Her job as a day care worker fed her addiction for four years, as she lived at home with her mother in Avondale, she says. Her mother finally got tired of her drug use and kicked her out the day before she came to the shelter. She spent that night, Thursday, on the streets of Phoenix. She had never spent a night on the streets before, and it was something she never wants to do again. She goes to church occasionally and her pastor recommended the shelter. She checked in with nothing but the clothes on her back. Today she is starting a nine-day detoxification program. She says she is ready to get off drugs and wants to eventually own her own house or apartment.

She is tired, she says after a few minutes. She's going to go to sleep, she tells me. Today is a free day, so she is allowed to fall back asleep. I stand and thank her for her time.

At that moment, someone yells that breakfast is ready. I look around and see two women carrying brown paper bags with boxes of cereal peeking out. One woman carries a single gallon of milk. I stand in line with the other ladies and wait for my meal. The woman behind me whispers to me.

"They have to bring the food in every morning now because someone contacted the health officials about the kitchen," she says.

I can only guess the kitchen is a problem because it is not very clean and rats could easily enter the pantry.

Wow, I think to myself. Maybe I'm not all that hungry. As I ponder skipping breakfast, my stomach starts to make noises so I grab a Styrofoam bowl. I look at the other women's' portion sizes to gauge the proper amount to take. They all pour enough cereal to fill their bowl, but that is hardly saying anything. The bowls hold a half-cup of cereal, if that. I pour a few drops of milk over my Cinnamon Toast Crunch, grab a plastic spoon and turn toward the table.

I face another uncomfortable situation — where do I sit? The women tend to sit in pairs, and I don't want to disrupt their system. I think about sitting by myself, but that's not why I came here. I eventually sit with two women, one of whom is Judy.

Judy is a large woman, but she is one of the friendliest women in the shelter. She quickly begins telling me her story. She was married for 30 years, until her husband passed away from Alzheimer's disease in December 2004. She's angry he passed away. She has a new fiancé, but he is unhealthy for her, she says. They often drink together, which is something she shouldn't do, she adds.

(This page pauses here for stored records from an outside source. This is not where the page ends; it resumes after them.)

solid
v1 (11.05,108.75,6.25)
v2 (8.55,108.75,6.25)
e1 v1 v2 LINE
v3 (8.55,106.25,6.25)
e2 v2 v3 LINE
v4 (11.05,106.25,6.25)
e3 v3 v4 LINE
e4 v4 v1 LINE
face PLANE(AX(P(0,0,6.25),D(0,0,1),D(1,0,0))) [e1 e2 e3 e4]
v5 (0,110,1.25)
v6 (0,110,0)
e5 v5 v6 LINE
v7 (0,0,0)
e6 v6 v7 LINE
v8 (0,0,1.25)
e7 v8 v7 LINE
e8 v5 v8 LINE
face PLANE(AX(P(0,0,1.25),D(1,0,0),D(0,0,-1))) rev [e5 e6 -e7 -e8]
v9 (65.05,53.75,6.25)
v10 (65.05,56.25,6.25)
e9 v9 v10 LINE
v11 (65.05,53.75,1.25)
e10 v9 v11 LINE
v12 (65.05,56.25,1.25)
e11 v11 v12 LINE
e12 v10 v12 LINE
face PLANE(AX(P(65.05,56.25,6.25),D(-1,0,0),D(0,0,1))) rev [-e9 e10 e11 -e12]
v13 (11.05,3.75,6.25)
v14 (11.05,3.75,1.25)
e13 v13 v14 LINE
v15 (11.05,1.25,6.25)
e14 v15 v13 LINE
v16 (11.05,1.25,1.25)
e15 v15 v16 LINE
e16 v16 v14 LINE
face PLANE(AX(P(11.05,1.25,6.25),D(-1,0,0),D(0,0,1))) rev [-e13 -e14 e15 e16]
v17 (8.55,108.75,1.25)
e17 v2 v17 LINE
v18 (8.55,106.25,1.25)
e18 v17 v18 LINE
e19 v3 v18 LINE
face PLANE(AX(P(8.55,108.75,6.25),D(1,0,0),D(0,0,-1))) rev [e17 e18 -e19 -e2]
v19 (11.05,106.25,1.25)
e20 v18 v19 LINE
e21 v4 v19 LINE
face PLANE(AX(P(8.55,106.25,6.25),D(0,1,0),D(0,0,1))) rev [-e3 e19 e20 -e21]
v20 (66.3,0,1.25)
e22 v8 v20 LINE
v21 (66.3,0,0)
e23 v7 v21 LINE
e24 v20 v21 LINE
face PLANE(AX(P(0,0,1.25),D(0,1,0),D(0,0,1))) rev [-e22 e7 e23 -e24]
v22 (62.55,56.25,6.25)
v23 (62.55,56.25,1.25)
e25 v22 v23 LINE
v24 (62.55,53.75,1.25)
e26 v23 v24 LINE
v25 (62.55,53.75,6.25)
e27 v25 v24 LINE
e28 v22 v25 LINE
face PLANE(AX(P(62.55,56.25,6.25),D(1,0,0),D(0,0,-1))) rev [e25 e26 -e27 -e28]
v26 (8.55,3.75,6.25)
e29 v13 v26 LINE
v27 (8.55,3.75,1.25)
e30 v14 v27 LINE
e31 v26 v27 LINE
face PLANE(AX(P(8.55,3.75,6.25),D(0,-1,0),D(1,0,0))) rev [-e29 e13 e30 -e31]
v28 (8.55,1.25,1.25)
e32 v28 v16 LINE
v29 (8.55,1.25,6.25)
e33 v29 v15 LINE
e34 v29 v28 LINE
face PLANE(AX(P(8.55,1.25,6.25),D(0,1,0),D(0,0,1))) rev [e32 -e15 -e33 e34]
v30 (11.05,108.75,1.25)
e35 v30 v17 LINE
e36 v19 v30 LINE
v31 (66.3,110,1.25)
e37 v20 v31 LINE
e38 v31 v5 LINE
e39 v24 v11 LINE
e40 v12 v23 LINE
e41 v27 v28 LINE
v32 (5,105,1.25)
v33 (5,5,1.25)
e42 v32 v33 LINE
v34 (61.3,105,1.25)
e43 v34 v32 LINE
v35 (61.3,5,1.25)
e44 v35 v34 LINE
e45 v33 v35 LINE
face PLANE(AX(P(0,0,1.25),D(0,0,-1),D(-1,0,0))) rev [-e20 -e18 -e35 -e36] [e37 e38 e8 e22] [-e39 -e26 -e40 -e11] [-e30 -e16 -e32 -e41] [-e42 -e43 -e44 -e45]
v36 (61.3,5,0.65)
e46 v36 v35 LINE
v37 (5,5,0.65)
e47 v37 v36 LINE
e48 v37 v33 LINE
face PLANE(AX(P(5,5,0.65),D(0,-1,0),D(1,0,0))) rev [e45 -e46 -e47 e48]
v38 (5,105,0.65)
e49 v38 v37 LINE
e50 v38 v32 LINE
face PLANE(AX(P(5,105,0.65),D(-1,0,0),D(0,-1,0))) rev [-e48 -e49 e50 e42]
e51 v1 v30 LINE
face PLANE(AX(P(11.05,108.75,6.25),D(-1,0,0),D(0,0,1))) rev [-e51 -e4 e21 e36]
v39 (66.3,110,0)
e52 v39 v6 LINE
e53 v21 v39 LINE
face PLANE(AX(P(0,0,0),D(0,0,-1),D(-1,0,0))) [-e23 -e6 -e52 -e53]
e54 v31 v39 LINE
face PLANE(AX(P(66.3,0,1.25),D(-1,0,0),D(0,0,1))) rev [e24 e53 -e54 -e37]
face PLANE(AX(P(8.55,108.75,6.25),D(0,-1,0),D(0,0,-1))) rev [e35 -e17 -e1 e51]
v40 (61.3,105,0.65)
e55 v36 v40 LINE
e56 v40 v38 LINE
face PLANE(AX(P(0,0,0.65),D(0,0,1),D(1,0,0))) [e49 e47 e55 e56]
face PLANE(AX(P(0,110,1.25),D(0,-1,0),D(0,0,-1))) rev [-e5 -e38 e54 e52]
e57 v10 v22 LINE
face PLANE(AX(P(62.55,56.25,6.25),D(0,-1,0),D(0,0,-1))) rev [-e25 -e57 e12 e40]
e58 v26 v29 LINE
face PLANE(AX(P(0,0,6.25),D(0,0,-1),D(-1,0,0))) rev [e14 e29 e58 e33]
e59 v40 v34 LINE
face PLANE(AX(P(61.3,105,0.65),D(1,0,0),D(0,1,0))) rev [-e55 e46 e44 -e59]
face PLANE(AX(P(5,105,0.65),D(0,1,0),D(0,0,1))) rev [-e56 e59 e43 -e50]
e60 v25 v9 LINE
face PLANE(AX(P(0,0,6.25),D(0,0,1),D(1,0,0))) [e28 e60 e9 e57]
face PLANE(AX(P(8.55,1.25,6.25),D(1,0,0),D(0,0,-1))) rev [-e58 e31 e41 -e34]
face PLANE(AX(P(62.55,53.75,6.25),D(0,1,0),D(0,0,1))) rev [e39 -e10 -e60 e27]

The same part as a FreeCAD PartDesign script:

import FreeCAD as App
import Part
import Sketcher

V = App.Vector
Q = App.Units.Quantity

doc = App.newDocument("Part")
params = doc.addObject("Spreadsheet::Sheet", "Params")
for row, (alias, value) in enumerate([
    ("sketch1_height", "110 mm"),
    ("sketch1_width", "66.3 mm"),
    ("pad1_length", "1.25 mm"),
    ("sketch2_width", "2.5 mm"),
    ("pad2_length", "5 mm"),
    ("sketch3_height", "100 mm"),
    ("sketch3_width", "56.3 mm"),
    ("pocket1_length", "0.6 mm"),
], start=1):
    params.set(f"A{row}", alias)
    params.set(f"B{row}", "=" + value)
    params.setAlias(f"B{row}", alias)

body = doc.addObject("PartDesign::Body", "Body")

# Sketch on XY plane
sketch1 = doc.addObject("Sketcher::SketchObject", "Sketch")
body.addObject(sketch1)
sketch1.AttachmentSupport = (doc.XY_Plane, [""])
sketch1.MapMode = "FlatFace"
sketch1.addGeometry(Part.LineSegment(V(0, 110, 0), V(0, 0, 0)), False)
sketch1.addGeometry(Part.LineSegment(V(0, 0, 0), V(66, 0, 0)), False)
sketch1.addGeometry(Part.LineSegment(V(66, 0, 0), V(66, 110, 0)), False)
sketch1.addGeometry(Part.LineSegment(V(66, 110, 0), V(0, 110, 0)), False)
sketch1.addConstraint(Sketcher.Constraint("Coincident", 0, 2, 1, 1))
sketch1.addConstraint(Sketcher.Constraint("Coincident", 1, 2, 2, 1))
sketch1.addConstraint(Sketcher.Constraint("Coincident", 2, 2, 3, 1))
sketch1.addConstraint(Sketcher.Constraint("Coincident", 3, 2, 0, 1))
sketch1.addConstraint(Sketcher.Constraint("Vertical", 0))
sketch1.addConstraint(Sketcher.Constraint("Horizontal", 1))
sketch1.addConstraint(Sketcher.Constraint("Vertical", 2))
sketch1.addConstraint(Sketcher.Constraint("Horizontal", 3))
sketch1.addConstraint(Sketcher.Constraint("Coincident", 0, 2, -1, 1))
sketch1.addConstraint(Sketcher.Constraint("DistanceY", 0, 2, 0, 1, Q("110 mm")))
sketch1.addConstraint(Sketcher.Constraint("DistanceX", 1, 1, 1, 2, Q("66.3 mm")))
sketch1.setExpression("Constraints[9]", "Params.sketch1_height")
sketch1.setExpression("Constraints[10]", "Params.sketch1_width")
pad1 = doc.addObject("PartDesign::Pad", "Pad")
body.addObject(pad1)
pad1.Profile = sketch1
pad1.setExpression("Length", "Params.pad1_length")

# Sketch on XY plane
sketch2 = doc.addObject("Sketcher::SketchObject", "Sketch001")
body.addObject(sketch2)
sketch2.AttachmentSupport = (doc.XY_Plane, [""])
sketch2.MapMode = "FlatFace"
sketch2.AttachmentOffset = App.Placement(V(0, 0, 1.25), App.Rotation())
sketch2.addGeometry(Part.LineSegment(V(8.6, 3.8, 0), V(8.6, 1.2, 0)), False)
sketch2.addGeometry(Part.LineSegment(V(8.6, 1.2, 0), V(11.1, 1.2, 0)), False)
sketch2.addGeometry(Part.LineSegment(V(11.1, 1.2, 0), V(11.1, 3.8, 0)), False)
sketch2.addGeometry(Part.LineSegment(V(11.1, 3.8, 0), V(8.6, 3.8, 0)), False)
sketch2.addGeometry(Part.LineSegment(V(8.6, 108.8, 0), V(8.6, 106.2, 0)), False)
sketch2.addGeometry(Part.LineSegment(V(8.6, 106.2, 0), V(11.1, 106.2, 0)), False)
sketch2.addGeometry(Part.LineSegment(V(11.1, 106.2, 0), V(11.1, 108.8, 0)), False)
sketch2.addGeometry(Part.LineSegment(V(11.1, 108.8, 0), V(8.6, 108.8, 0)), False)
sketch2.addGeometry(Part.LineSegment(V(62.5, 56.2, 0), V(62.5, 53.8, 0)), False)
sketch2.addGeometry(Part.LineSegment(V(62.5, 53.8, 0), V(65, 53.8, 0)), False)
sketch2.addGeometry(Part.LineSegment(V(65, 53.8, 0), V(65, 56.2, 0)), False)
sketch2.addGeometry(Part.LineSegment(V(65, 56.2, 0), V(62.5, 56.2, 0)), False)
sketch2.addConstraint(Sketcher.Constraint("Coincident", 0, 2, 1, 1))
sketch2.addConstraint(Sketcher.Constraint("Coincident", 1, 2, 2, 1))
sketch2.addConstraint(Sketcher.Constraint("Coincident", 2, 2, 3, 1))
sketch2.addConstraint(Sketcher.Constraint("Coincident", 3, 2, 0, 1))
sketch2.addConstraint(Sketcher.Constraint("Coincident", 4, 2, 5, 1))
sketch2.addConstraint(Sketcher.Constraint("Coincident", 5, 2, 6, 1))
sketch2.addConstraint(Sketcher.Constraint("Coincident", 6, 2, 7, 1))
sketch2.addConstraint(Sketcher.Constraint("Coincident", 7, 2, 4, 1))
sketch2.addConstraint(Sketcher.Constraint("Coincident", 8, 2, 9, 1))
sketch2.addConstraint(Sketcher.Constraint("Coincident", 9, 2, 10, 1))
sketch2.addConstraint(Sketcher.Constraint("Coincident", 10, 2, 11, 1))
sketch2.addConstraint(Sketcher.Constraint("Coincident", 11, 2, 8, 1))
sketch2.addConstraint(Sketcher.Constraint("Vertical", 0))
sketch2.addConstraint(Sketcher.Constraint("Horizontal", 1))
sketch2.addConstraint(Sketcher.Constraint("Vertical", 2))
sketch2.addConstraint(Sketcher.Constraint("Horizontal", 3))
sketch2.addConstraint(Sketcher.Constraint("Vertical", 4))
sketch2.addConstraint(Sketcher.Constraint("Horizontal", 5))
sketch2.addConstraint(Sketcher.Constraint("Vertical", 6))
sketch2.addConstraint(Sketcher.Constraint("Horizontal", 7))
sketch2.addConstraint(Sketcher.Constraint("Vertical", 8))
sketch2.addConstraint(Sketcher.Constraint("Horizontal", 9))
sketch2.addConstraint(Sketcher.Constraint("Vertical", 10))
sketch2.addConstraint(Sketcher.Constraint("Horizontal", 11))
sketch2.addConstraint(Sketcher.Constraint("Vertical", 3, 2, 4, 2))
sketch2.addConstraint(Sketcher.Constraint("Vertical", 2, 2, 5, 2))
sketch2.addConstraint(Sketcher.Constraint("Equal", 7, 9))
sketch2.addConstraint(Sketcher.Constraint("Equal", 11, 0))
sketch2.addConstraint(Sketcher.Constraint("Equal", 2, 4))
sketch2.addConstraint(Sketcher.Constraint("Equal", 6, 8))
sketch2.addConstraint(Sketcher.Constraint("DistanceX", 1, 1, 1, 2, Q("2.5 mm")))
sketch2.addConstraint(Sketcher.Constraint("DistanceY", 0, 2, 4, 2, Q("105 mm")))
sketch2.addConstraint(Sketcher.Constraint("DistanceY", 2, 2, 8, 2, Q("50 mm")))
sketch2.addConstraint(Sketcher.Constraint("DistanceX", 3, 2, 8, 2, Q("54 mm")))
sketch2.addConstraint(Sketcher.Constraint("DistanceX", -1, 1, 0, 2, Q("8.55 mm")))
sketch2.addConstraint(Sketcher.Constraint("DistanceY", -1, 1, 0, 2, Q("1.25 mm")))
sketch2.setExpression("Constraints[30]", "Params.sketch2_width")
pad2 = doc.addObject("PartDesign::Pad", "Pad001")
body.addObject(pad2)
pad2.Profile = sketch2
pad2.setExpression("Length", "Params.pad2_length")

# Sketch on XY plane
sketch3 = doc.addObject("Sketcher::SketchObject", "Sketch002")
body.addObject(sketch3)
sketch3.AttachmentSupport = (doc.XY_Plane, [""])
sketch3.MapMode = "FlatFace"
sketch3.AttachmentOffset = App.Placement(V(0, 0, 1.25), App.Rotation())
sketch3.addGeometry(Part.LineSegment(V(5, 105, 0), V(5, 5, 0)), False)
sketch3.addGeometry(Part.LineSegment(V(5, 5, 0), V(61, 5, 0)), False)
sketch3.addGeometry(Part.LineSegment(V(61, 5, 0), V(61, 105, 0)), False)
sketch3.addGeometry(Part.LineSegment(V(61, 105, 0), V(5, 105, 0)), False)
sketch3.addConstraint(Sketcher.Constraint("Coincident", 0, 2, 1, 1))
sketch3.addConstraint(Sketcher.Constraint("Coincident", 1, 2, 2, 1))
sketch3.addConstraint(Sketcher.Constraint("Coincident", 2, 2, 3, 1))
sketch3.addConstraint(Sketcher.Constraint("Coincident", 3, 2, 0, 1))
sketch3.addConstraint(Sketcher.Constraint("Vertical", 0))
sketch3.addConstraint(Sketcher.Constraint("Horizontal", 1))
sketch3.addConstraint(Sketcher.Constraint("Vertical", 2))
sketch3.addConstraint(Sketcher.Constraint("Horizontal", 3))
sketch3.addConstraint(Sketcher.Constraint("DistanceY", 0, 2, 0, 1, Q("100 mm")))
sketch3.addConstraint(Sketcher.Constraint("DistanceX", 1, 1, 1, 2, Q("56.3 mm")))
sketch3.addConstraint(Sketcher.Constraint("DistanceX", -1, 1, 0, 2, Q("5 mm")))
sketch3.addConstraint(Sketcher.Constraint("DistanceY", -1, 1, 0, 2, Q("5 mm")))
sketch3.setExpression("Constraints[8]", "Params.sketch3_height")
sketch3.setExpression("Constraints[9]", "Params.sketch3_width")
pocket1 = doc.addObject("PartDesign::Pocket", "Pocket")
body.addObject(pocket1)
pocket1.Profile = sketch3
pocket1.setExpression("Length", "Params.pocket1_length")

doc.recompute()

"I'm an alcoholic," she finally says.

The weekend before, she drank so much she blacked out and woke up in jail. She doesn't remember what happened. Her court date is coming up soon, she says.

"I'm scared. I've never been to court before," she says biting her lip.

I finally see the fear in her eyes. Until now, she was very calm and almost excited about recounting her story. But when talk of a possible jail sentence comes up, she freezes and begins to shake.

"I'm going to plead not guilty," she says.

I realize we need to change topics, or else she is going to break down. I ask if she has any kids.

The fear in her eyes quickly turns to happiness as a smile spreads across her face.

"I have three," she says. "A daughter in California and two sons in Oklahoma."

Being a native Oklahoman, I'm immediately curious why her sons decided to move there. She is very vague on details and I don't want to push, but she says they are doing well and they are happy that she is getting help. She wants to visit them, she says, but she can't right now.

"I need to find out who I am before I do that," she says.

That's a good idea, I tell her.

Time to go home — I'm glad I have one

It's now 9 a.m. and that means we must leave for the day. The women are required to leave the shelter from 9 a.m. to 3 p.m. every day. Most of the women have nothing to do during the day. A few will look for jobs, but most will just wonder the streets waiting for 3 p.m., when they are allowed to return.

I get ready to leave as well. I thank all of the women and tell them I appreciate their help. They say they are happy to help.

I round up my belongings and head outside to my Jeep. While I walk, I think about my evening in the shelter and about the opportunities and possessions I have been given throughout my life. I know there is something I must do. Once inside the car, I grab my cell phone and dial a familiar number.



"Yes, honey?"

"Thank you."

"For what?"

"For everything. Thank you for everything."